[Stored dataset items]
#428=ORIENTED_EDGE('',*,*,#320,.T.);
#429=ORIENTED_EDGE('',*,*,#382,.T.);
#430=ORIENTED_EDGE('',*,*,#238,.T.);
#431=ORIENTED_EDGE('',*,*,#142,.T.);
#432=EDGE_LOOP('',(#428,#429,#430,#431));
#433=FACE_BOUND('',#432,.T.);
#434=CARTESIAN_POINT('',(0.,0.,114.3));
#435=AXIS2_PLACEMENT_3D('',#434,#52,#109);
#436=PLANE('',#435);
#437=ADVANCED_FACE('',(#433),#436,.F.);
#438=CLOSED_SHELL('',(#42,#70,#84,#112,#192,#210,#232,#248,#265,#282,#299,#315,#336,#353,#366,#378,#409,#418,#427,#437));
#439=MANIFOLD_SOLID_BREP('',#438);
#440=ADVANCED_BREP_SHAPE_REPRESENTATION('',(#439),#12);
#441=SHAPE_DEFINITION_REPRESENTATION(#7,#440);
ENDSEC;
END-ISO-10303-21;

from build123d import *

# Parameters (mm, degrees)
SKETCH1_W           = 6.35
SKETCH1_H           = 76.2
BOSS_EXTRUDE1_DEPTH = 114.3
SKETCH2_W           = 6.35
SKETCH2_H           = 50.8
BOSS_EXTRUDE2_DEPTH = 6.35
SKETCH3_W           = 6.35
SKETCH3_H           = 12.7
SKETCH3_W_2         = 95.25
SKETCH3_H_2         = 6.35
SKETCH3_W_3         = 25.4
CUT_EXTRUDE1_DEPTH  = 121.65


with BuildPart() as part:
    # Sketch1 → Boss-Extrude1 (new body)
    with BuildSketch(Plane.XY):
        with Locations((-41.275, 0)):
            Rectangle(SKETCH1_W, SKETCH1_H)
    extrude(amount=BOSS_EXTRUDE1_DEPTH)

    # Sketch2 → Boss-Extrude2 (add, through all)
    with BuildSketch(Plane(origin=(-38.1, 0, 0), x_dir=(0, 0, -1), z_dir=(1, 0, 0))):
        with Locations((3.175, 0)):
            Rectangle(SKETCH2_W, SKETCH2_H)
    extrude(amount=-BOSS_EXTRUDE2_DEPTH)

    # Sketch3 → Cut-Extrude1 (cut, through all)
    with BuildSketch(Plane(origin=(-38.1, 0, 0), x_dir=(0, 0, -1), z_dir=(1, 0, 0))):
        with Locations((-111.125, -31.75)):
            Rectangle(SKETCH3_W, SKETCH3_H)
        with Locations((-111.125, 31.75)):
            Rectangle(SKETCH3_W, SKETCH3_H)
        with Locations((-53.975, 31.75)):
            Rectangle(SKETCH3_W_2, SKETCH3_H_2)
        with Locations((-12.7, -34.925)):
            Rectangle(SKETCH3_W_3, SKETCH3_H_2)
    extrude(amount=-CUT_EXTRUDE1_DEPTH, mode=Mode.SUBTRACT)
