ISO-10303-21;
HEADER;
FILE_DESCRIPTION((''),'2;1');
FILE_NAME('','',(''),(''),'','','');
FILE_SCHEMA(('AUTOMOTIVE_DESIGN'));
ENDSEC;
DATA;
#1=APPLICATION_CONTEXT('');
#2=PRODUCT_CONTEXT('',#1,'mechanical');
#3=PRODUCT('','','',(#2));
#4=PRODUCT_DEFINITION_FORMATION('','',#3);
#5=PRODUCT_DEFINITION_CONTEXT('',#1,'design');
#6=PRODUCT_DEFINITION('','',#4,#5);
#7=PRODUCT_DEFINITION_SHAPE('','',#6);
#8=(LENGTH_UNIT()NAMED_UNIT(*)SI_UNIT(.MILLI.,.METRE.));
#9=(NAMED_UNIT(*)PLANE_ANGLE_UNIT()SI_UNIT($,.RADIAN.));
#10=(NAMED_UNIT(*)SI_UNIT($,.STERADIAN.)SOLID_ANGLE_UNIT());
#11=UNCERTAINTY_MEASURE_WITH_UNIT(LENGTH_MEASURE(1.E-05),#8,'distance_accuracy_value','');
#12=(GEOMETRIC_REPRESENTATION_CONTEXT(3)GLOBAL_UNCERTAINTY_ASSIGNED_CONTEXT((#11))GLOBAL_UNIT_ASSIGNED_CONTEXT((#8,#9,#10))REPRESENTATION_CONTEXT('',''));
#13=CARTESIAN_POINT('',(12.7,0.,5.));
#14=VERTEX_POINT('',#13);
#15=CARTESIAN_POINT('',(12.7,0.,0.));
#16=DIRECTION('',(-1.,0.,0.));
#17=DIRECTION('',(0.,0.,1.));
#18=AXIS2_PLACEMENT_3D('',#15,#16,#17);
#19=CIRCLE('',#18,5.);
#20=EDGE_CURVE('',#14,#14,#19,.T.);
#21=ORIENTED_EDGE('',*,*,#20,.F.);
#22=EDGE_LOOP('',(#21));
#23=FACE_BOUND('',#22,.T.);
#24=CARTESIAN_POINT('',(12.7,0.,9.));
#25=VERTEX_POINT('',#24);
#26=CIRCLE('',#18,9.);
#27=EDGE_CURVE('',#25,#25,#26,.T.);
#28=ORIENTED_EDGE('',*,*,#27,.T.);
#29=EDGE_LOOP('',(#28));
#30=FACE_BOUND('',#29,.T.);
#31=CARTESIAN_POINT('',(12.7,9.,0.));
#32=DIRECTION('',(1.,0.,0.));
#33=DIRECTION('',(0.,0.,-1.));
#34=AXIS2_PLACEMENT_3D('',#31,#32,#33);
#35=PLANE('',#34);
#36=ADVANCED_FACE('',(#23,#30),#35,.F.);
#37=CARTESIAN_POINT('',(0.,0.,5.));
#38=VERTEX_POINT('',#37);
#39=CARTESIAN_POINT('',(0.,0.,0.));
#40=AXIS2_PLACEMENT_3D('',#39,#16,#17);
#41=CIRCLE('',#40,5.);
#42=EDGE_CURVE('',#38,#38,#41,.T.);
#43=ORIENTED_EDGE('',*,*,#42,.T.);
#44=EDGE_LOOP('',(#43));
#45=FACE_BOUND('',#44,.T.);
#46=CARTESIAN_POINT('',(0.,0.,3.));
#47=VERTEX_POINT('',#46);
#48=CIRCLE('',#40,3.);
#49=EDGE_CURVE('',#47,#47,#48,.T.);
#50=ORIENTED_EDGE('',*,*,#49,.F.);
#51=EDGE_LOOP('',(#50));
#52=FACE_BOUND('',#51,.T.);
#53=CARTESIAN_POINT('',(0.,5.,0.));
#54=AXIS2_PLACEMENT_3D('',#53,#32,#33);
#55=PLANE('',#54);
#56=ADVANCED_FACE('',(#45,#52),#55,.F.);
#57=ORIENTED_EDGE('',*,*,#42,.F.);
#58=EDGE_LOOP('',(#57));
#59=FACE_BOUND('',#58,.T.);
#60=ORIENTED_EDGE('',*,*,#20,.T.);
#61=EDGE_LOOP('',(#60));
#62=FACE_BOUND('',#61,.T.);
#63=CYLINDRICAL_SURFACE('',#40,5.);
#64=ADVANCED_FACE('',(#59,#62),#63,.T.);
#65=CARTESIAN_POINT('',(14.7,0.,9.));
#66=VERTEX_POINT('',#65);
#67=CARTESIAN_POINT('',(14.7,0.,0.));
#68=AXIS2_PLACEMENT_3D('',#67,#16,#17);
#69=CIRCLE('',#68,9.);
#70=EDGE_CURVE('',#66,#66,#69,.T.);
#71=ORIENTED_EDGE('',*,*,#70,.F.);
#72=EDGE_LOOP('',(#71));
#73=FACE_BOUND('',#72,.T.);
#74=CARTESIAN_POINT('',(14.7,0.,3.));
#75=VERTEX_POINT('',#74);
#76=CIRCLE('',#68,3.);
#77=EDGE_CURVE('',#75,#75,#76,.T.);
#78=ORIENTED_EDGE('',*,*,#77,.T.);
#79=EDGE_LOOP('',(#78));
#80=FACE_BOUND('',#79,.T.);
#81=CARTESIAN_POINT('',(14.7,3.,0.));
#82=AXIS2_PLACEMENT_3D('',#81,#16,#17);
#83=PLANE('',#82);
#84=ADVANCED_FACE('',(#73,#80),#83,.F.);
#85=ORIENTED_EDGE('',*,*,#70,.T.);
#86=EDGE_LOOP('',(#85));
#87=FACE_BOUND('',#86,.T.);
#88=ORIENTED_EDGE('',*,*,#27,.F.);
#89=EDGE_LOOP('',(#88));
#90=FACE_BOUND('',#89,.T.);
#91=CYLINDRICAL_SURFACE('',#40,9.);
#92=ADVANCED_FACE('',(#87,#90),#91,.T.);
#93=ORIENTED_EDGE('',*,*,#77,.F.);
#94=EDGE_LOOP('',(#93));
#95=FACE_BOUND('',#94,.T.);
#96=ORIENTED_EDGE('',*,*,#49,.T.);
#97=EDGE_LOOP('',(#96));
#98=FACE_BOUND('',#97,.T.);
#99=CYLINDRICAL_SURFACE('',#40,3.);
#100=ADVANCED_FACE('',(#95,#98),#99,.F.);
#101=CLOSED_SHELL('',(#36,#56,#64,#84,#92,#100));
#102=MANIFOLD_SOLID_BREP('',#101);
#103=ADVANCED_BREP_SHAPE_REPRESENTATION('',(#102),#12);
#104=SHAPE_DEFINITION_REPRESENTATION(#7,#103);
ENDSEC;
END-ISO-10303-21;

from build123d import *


with BuildPart() as part:
    # Sketch1 → Revolve1 (revolve)
    with BuildSketch(Plane.XY):
        Polygon((0, 3), (14.7, 3), (14.7, 9), (12.7, 9), (12.7, 5), (0, 5), align=None)
    revolve(axis=Axis((0, 0, 0), (1, 0, 0)))


solid = part.part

Work required:
Exactly the lines from the start of the entries through the one bearing "#436=PLANE('',#435);" are to be output, with both ends included.

Problem solution:
#428=ORIENTED_EDGE('',*,*,#320,.T.);
#429=ORIENTED_EDGE('',*,*,#382,.T.);
#430=ORIENTED_EDGE('',*,*,#238,.T.);
#431=ORIENTED_EDGE('',*,*,#142,.T.);
#432=EDGE_LOOP('',(#428,#429,#430,#431));
#433=FACE_BOUND('',#432,.T.);
#434=CARTESIAN_POINT('',(0.,0.,114.3));
#435=AXIS2_PLACEMENT_3D('',#434,#52,#109);
#436=PLANE('',#435);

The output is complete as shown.